In a letter addressed to California insurance commissioner, David Jones, IEPC requested that Anthem be regulated and punished for such tactics. The letter details Anthem’s practices of:
1. violating Stark and anti-kick back Laws;
2. employing assigned benefit tactics calculated to deprive ED providers of reimbursement and coerce in network compliance with nonmarket value rates;
3. expanding high deductible plans which dangerously delay emergency care for patients and unjustly skew the “surprise medical bill” dialogue;
4. ignoring Prudent Layperson standard by reimbursing based on final diagnosis and not presenting complaint and;
5. By design failing to provide network adequacy for emergency services for its subscribers.
The letter also casts Anthem as an outlier to other major health plans in failing to offer market value rates for in network services by violating court mandated precedents for usual and customary rates for provider reimbursement and failing to meet common rates obtained by the majority of emergency groups with other major Health Plans. IEPC retained Andrew Selesnick, JD of law firm Buchalter as legal consultant and liaison in the matter.
EMTALA legislation passed in 1986 mandates the evaluation and stabilization of all patients who present to the emergency department, and the prudent layperson standard which is codified din federal law, including the Patient protection and Affordable Care Act gives patients the protection to seek emergency care and provides hospitals and emergency physicians the assurance of payment for those services. The CAL ACEP January 2018 Lifeline issue chronicles “Anthem’s attack on the Prudent Layperson Standard” focusing on Anthem’s denial for payment based on a list of discharge diagnoses “they deemed unnecessary” and highlighting Anthem’s latest foray to maximize it’s own profits by “threatening to undermine it’s (prudent layperson) patient-centered guarantee by announcing a plan to reimburse paramedics to not transport patients to the ED”1. Prior articles in CAL ACEP Lifeline from January 2017 and December 2016 document the pitfalls of EMS triage to non-emergent sites by paramedic personnel2. Anthem additionally has announced new bundling strategies employing modifier 25 bundling to decrease provider reimbursement.

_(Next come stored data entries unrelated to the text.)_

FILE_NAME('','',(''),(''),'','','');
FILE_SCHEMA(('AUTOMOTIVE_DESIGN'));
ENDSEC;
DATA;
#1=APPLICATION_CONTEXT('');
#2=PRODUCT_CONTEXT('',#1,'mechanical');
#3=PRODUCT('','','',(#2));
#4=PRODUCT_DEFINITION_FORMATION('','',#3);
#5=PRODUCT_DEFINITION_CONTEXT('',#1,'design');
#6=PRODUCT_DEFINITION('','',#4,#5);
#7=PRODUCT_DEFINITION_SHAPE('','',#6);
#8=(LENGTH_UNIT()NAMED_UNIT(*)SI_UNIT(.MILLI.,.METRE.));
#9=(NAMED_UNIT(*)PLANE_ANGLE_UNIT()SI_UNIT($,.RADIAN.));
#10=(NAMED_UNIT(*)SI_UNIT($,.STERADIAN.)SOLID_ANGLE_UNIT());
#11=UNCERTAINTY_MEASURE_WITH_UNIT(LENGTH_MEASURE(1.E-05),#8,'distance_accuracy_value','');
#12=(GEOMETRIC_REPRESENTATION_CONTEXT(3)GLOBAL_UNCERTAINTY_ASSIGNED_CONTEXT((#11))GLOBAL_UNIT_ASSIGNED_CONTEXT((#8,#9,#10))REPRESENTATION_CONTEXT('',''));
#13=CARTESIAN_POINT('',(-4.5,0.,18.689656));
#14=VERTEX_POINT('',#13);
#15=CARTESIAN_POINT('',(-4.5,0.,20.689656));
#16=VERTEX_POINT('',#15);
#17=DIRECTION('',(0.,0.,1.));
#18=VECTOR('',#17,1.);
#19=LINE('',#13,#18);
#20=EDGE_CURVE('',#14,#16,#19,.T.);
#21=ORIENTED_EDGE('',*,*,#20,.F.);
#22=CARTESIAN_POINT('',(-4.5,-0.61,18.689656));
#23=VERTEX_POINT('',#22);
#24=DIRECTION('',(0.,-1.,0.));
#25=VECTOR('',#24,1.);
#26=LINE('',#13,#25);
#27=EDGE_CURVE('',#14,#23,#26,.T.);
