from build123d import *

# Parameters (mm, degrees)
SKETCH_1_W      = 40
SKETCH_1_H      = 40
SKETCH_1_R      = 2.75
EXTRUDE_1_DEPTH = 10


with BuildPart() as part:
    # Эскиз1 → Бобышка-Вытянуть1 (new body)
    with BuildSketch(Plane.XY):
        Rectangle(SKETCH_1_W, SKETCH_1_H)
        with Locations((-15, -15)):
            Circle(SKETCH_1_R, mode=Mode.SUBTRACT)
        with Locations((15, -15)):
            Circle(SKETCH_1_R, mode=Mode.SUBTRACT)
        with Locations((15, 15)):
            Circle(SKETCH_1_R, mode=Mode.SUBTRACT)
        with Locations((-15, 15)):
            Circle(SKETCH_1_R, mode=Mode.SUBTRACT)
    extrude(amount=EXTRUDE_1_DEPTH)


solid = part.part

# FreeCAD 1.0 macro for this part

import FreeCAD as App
import Part
import Sketcher


def add_polygon(sketch, points):
    """Adds a closed chain of lines whose ends are joined by coincident constraints."""
    first, n = sketch.GeometryCount, len(points)
    for a, b in zip(points, points[1:] + points[:1]):
        sketch.addGeometry(Part.LineSegment(App.Vector(*a, 0), App.Vector(*b, 0)), False)
    for i in range(n):
        sketch.addConstraint(Sketcher.Constraint("Coincident", first + i, 2, first + (i + 1) % n, 1))

doc = App.newDocument("Part")
params = doc.addObject("Spreadsheet::Sheet", "Params")
for row, (alias, value) in enumerate([
    ("sketch1_diameter", "5.5 mm"),
    ("sketch1_width", "40 mm"),
    ("pad1_length", "10 mm"),
], start=1):
    params.set(f"A{row}", alias)
    params.set(f"B{row}", "=" + value)
    params.setAlias(f"B{row}", alias)

body = doc.addObject("PartDesign::Body", "Body")

sketch1 = body.newObject("Sketcher::SketchObject", "Sketch")
sketch1.AttachmentSupport = (doc.getObject("XY_Plane"), [""])
sketch1.MapMode = "FlatFace"
add_polygon(sketch1, [(-20, 20), (-20, -20), (20, -20), (20, 20)])
sketch1.addGeometry(Part.Circle(App.Vector(-15, -15, 0), App.Vector(0, 0, 1), 2.75), False)
sketch1.addGeometry(Part.Circle(App.Vector(15, -15, 0), App.Vector(0, 0, 1), 2.75), False)
sketch1.addGeometry(Part.Circle(App.Vector(-15, 15, 0), App.Vector(0, 0, 1), 2.75), False)
sketch1.addGeometry(Part.Circle(App.Vector(15, 15, 0), App.Vector(0, 0, 1), 2.75), False)
sketch1.addConstraint([
    Sketcher.Constraint("Vertical", 0),
    Sketcher.Constraint("Horizontal", 1),
    Sketcher.Constraint("Vertical", 2),
    Sketcher.Constraint("Horizontal", 3),
    Sketcher.Constraint("Equal", 4, 5),
    Sketcher.Constraint("Equal", 5, 6),
    Sketcher.Constraint("Equal", 6, 7),
    Sketcher.Constraint("Symmetric", 5, 3, 6, 3, -1, 1),
    Sketcher.Constraint("Symmetric", 4, 3, 7, 3, -1, 1),
    Sketcher.Constraint("Symmetric", 0, 2, 2, 2, -1, 1),
    Sketcher.Constraint("Symmetric", 4, 3, 5, 3, -2),
    Sketcher.Constraint("Equal", 3, 0),
    Sketcher.Constraint("Diameter", 4, 5.5),
    Sketcher.Constraint("DistanceX", 1, 1, 1, 2, 40.0),
    Sketcher.Constraint("DistanceX", 4, 3, -1, 1, 15.0),
    Sketcher.Constraint("DistanceY", 4, 3, -1, 1, 15.0),
])
sketch1.setExpression("Constraints[16]", "Params.sketch1_diameter")
sketch1.setExpression("Constraints[17]", "Params.sketch1_width")
pad1 = body.newObject("PartDesign::Pad", "Pad")
pad1.Profile = sketch1
pad1.setExpression("Length", "Params.pad1_length")

doc.recompute()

Anthem’s actions have not gone un-noticed nationally and in other states. In Kentucky, Missouri, Georgia, Indiana, New Hampshire, and most recently Ohio, opposition has emerged to combat Anthem’s violation of Prudent Layperson and payment based on final diagnosis policy as local Emergency Medicine groups, ACEP3 and EDPMA4 have weighed in against the policy. In Connecticut, Hartford Health Care Corp has sued Anthem over it’s assigned benefit policy.
IEPC president and founder, Dr. Roneet Lev has stated: “We are just the little guy. We, as emergency groups are just trying to preserve our patient’s right to Emergency Care and ensure that we have the resources to staff our Emergency Departments adequately to preserve the health care safety net”.
Meanwhile, Anthem continues to report record earnings each quarter with most recent earning’s report from January 31, 2018 revealing 2017 full year revenue of $89.1 Billion with operating cash flow increase of 28% year over year5. Despite Anthem’s claim that it is the protector of the American Health Care System we have yet to see any subscriber premium reductions while its profits continue to grow at a robust rate.
Warren Buffet said it best recently after the announcement on January 30, 2018 that Amazon, Berkshire Hathaway and JP Morgan will partner in an as yet unnamed company “free from profit-making incentives and constraints” to give their U.S. workers and families (840,000 global employees as of 2017) a better option on health insurance. “The ballooning costs of health care act as a hungry tapeworm on the American economy,” said Buffett. “We share the belief that putting our collective resources behind the country’s best talent can, in time, check the rise in health costs while concurrently enhancing patient satisfaction and outcomes”6.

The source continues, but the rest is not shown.